*INSTRUCTIONS TO FOLLOW*
In the entries below, find the line with "Rectangle(SKETCH1_W, SKETCH1_H)" and print exactly every line from there up to and including the line with "Rebuilt in FreeCAD, every", with no other lines.

*EXTRACTED INFORMATION*
= Beginning of Section =
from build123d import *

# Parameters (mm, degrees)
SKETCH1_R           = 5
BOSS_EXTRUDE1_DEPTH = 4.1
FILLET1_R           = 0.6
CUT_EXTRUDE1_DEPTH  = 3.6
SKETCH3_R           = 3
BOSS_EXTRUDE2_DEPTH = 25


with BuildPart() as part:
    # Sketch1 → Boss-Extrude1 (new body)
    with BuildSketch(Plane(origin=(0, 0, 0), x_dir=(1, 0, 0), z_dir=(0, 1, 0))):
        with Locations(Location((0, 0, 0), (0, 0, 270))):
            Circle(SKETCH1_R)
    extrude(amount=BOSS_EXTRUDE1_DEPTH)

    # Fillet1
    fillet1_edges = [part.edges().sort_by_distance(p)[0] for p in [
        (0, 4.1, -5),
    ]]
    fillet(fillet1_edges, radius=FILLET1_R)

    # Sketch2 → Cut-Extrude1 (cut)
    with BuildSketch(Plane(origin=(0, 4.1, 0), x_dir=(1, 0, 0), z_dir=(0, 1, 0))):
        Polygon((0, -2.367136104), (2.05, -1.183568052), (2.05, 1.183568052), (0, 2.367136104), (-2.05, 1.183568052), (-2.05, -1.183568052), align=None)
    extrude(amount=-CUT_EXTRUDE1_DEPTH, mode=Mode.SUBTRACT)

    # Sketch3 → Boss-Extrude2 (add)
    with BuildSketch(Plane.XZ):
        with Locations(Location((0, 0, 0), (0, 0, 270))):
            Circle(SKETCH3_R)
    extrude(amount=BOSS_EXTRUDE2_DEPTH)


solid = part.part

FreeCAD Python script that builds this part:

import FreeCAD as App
import Part
import Sketcher
from FreeCAD import Vector
Q = App.Units.Quantity


def edges_at(feature, points):
    """Names of the edges that pass closest to the given points."""
    edges = feature.Shape.Edges
    near = lambda p: min(range(len(edges)), key=lambda i: edges[i].distToShape(Part.Vertex(*p))[0])
    return sorted({f"Edge{near(p) + 1}" for p in points})

doc = App.newDocument("Part")
params = doc.addObject("Spreadsheet::Sheet", "Params")
for row, (alias, value) in enumerate([
    ("sketch1_diameter", "10 mm"),
    ("pad1_length", "4.1 mm"),
    ("fillet_radius", "0.6 mm"),
    ("pocket1_length", "3.6 mm"),
    ("sketch3_diameter", "6 mm"),
    ("pad2_length", "25 mm"),
], start=1):
    params.set(f"A{row}", alias)
    params.set(f"B{row}", "=" + value)
    params.setAlias(f"B{row}", alias)

body = doc.addObject("PartDesign::Body", "Body")

sketch1 = body.newObject("Sketcher::SketchObject", "Sketch")
sketch1.AttachmentSupport = (doc.getObject("XZ_Plane"), [""])
sketch1.MapMode = "FlatFace"
sketch1.addGeometry(Part.Circle(Vector(0, 0, 0), Vector(0, 0, 1), 5), False)
sketch1.addConstraint([
    Sketcher.Constraint("Coincident", 0, 3, -1, 1),
    Sketcher.Constraint("Diameter", 0, 10.0),
])
sketch1.setExpression("Constraints[1]", "Params.sketch1_diameter")
pad1 = body.newObject("PartDesign::Pad", "Pad")
pad1.Profile = sketch1
pad1.setExpression("Length", "Params.pad1_length")
pad1.Reversed = True
doc.recompute()

fillet = body.newObject("PartDesign::Fillet", "Fillet")
fillet.Base = (pad1, edges_at(pad1, [(0, 4.1, -5)]))
fillet.setExpression("Radius", "Params.fillet_radius")

sketch2 = body.newObject("Sketcher::SketchObject", "Sketch001")
sketch2.AttachmentSupport = (doc.getObject("XZ_Plane"), [""])
sketch2.MapMode = "FlatFace"
sketch2.AttachmentOffset = App.Placement(Vector(0, 0, -4.1), App.Rotation())
sketch2.addGeometry([
    Part.LineSegment(Vector(0, 2.4, 0), Vector(2, 1.2, 0)),
    Part.LineSegment(Vector(2, 1.2, 0), Vector(2, -1.2, 0)),
    Part.LineSegment(Vector(2, -1.2, 0), Vector(0, -2.4, 0)),
    Part.LineSegment(Vector(0, -2.4, 0), Vector(-2, -1.2, 0)),
    Part.LineSegment(Vector(-2, -1.2, 0), Vector(-2, 1.2, 0)),
    Part.LineSegment(Vector(-2, 1.2, 0), Vector(0, 2.4, 0)),
], False)
sketch2.addConstraint([
    Sketcher.Constraint("Coincident", 0, 2, 1, 1),
    Sketcher.Constraint("Coincident", 1, 2, 2, 1),
    Sketcher.Constraint("Coincident", 2, 2, 3, 1),
    Sketcher.Constraint("Coincident", 3, 2, 4, 1),
    Sketcher.Constraint("Coincident", 4, 2, 5, 1),
    Sketcher.Constraint("Coincident", 5, 2, 0, 1),
    Sketcher.Constraint("Vertical", 1),
    Sketcher.Constraint("Vertical", 4),
    Sketcher.Constraint("Symmetric", 0, 2, 3, 2, -1, 1),
    Sketcher.Constraint("Symmetric", 2, 2, 5, 2, -1, 1),
    Sketcher.Constraint("PointOnObject", 2, 2, -2),
    Sketcher.Constraint("Parallel", 2, 5),
    Sketcher.Constraint("Horizontal", 1, 2, 3, 2),
    Sketcher.Constraint("Angle", 0, Q("-30 deg")),
    Sketcher.Constraint("DistanceX", 3, 2, 1, 2, 4.1),
    Sketcher.Constraint("DistanceY", 1, 2, 1, 1, 2.367136),
])
pocket1 = body.newObject("PartDesign::Pocket", "Pocket")
pocket1.Profile = sketch2
pocket1.setExpression("Length", "Params.pocket1_length")
pocket1.Reversed = True

sketch3 = body.newObject("Sketcher::SketchObject", "Sketch002")
sketch3.AttachmentSupport = (doc.getObject("XZ_Plane"), [""])
sketch3.MapMode = "FlatFace"
sketch3.addGeometry(Part.Circle(Vector(0, 0, 0), Vector(0, 0, 1), 3), False)
sketch3.addConstraint([
    Sketcher.Constraint("Coincident", 0, 3, -1, 1),
    Sketcher.Constraint("Diameter", 0, 6.0),
])
sketch3.setExpression("Constraints[1]", "Params.sketch3_diameter")
pad2 = body.newObject("PartDesign::Pad", "Pad001")
pad2.Profile = sketch3
pad2.setExpression("Length", "Params.pad2_length")

doc.recompute()
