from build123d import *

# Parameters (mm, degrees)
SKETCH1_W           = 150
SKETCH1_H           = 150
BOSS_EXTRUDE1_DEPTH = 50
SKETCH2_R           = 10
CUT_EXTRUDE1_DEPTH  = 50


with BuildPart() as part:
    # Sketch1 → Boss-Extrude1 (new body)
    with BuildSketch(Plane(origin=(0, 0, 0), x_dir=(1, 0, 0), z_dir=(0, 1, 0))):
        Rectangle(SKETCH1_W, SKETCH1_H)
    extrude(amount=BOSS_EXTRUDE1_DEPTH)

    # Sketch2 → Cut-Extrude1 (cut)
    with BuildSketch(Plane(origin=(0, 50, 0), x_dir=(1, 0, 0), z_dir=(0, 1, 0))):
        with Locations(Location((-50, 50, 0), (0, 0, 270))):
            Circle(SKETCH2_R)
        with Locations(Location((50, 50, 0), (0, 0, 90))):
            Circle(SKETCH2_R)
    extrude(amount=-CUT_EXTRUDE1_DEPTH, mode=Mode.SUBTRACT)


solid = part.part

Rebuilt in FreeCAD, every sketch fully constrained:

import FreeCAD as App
import Part
import Sketcher

V = App.Vector
Q = App.Units.Quantity

doc = App.newDocument("Part")
body = doc.addObject("PartDesign::Body", "Body")

# Sketch on XZ plane
sketch1 = body.newObject("Sketcher::SketchObject", "Sketch")
sketch1.AttachmentSupport = (doc.getObject("XZ_Plane"), [""])
sketch1.MapMode = "FlatFace"
sketch1.addGeometry([
    Part.LineSegment(V(-75, -75, 0), V(-75, 75, 0)),
    Part.LineSegment(V(-75, 75, 0), V(75, 75, 0)),
    Part.LineSegment(V(75, 75, 0), V(75, -75, 0)),
    Part.LineSegment(V(75, -75, 0), V(-75, -75, 0)),
], False)
sketch1.addConstraint([
    Sketcher.Constraint("Coincident", 0, 2, 1, 1),
    Sketcher.Constraint("Coincident", 1, 2, 2, 1),
    Sketcher.Constraint("Coincident", 2, 2, 3, 1),
    Sketcher.Constraint("Coincident", 3, 2, 0, 1),
    Sketcher.Constraint("Vertical", 0),
    Sketcher.Constraint("Horizontal", 1),
    Sketcher.Constraint("Vertical", 2),
    Sketcher.Constraint("Horizontal", 3),
    Sketcher.Constraint("Symmetric", 0, 2, 2, 2, -1, 1),
    Sketcher.Constraint("Equal", 3, 0),
    Sketcher.Constraint("DistanceX", 1, 1, 1, 2, Q("150 mm")),
])
pad1 = body.newObject("PartDesign::Pad", "Pad")
pad1.Profile = sketch1
pad1.Length = 50
pad1.Reversed = True

# Sketch on XZ plane
sketch2 = body.newObject("Sketcher::SketchObject", "Sketch001")
sketch2.AttachmentSupport = (doc.getObject("XZ_Plane"), [""])
sketch2.MapMode = "FlatFace"
sketch2.AttachmentOffset = App.Placement(V(0, 0, -50), App.Rotation())
sketch2.addGeometry([
    Part.Circle(V(-50, -50, 0), V(0, 0, 1), 10),
    Part.Circle(V(50, -50, 0), V(0, 0, 1), 10),
], False)
sketch2.addConstraint([
    Sketcher.Constraint("Equal", 0, 1),
    Sketcher.Constraint("Symmetric", 0, 3, 1, 3, -2),
    Sketcher.Constraint("Diameter", 0, Q("20 mm")),
    Sketcher.Constraint("DistanceX", 0, 3, -1, 1, Q("50 mm")),
    Sketcher.Constraint("DistanceY", 0, 3, -1, 1, Q("50 mm")),
])
pocket1 = body.newObject("PartDesign::Pocket", "Pocket")
pocket1.Profile = sketch2
pocket1.Length = 50
pocket1.Reversed = True

doc.recompute()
= End of Section =
*WORKED SOLUTION*
        Rectangle(SKETCH1_W, SKETCH1_H)
    extrude(amount=BOSS_EXTRUDE1_DEPTH)

    # Sketch2 → Cut-Extrude1 (cut)
    with BuildSketch(Plane(origin=(0, 50, 0), x_dir=(1, 0, 0), z_dir=(0, 1, 0))):
        with Locations(Location((-50, 50, 0), (0, 0, 270))):
            Circle(SKETCH2_R)
        with Locations(Location((50, 50, 0), (0, 0, 90))):
            Circle(SKETCH2_R)
    extrude(amount=-CUT_EXTRUDE1_DEPTH, mode=Mode.SUBTRACT)


solid = part.part

Rebuilt in FreeCAD, every sketch fully constrained:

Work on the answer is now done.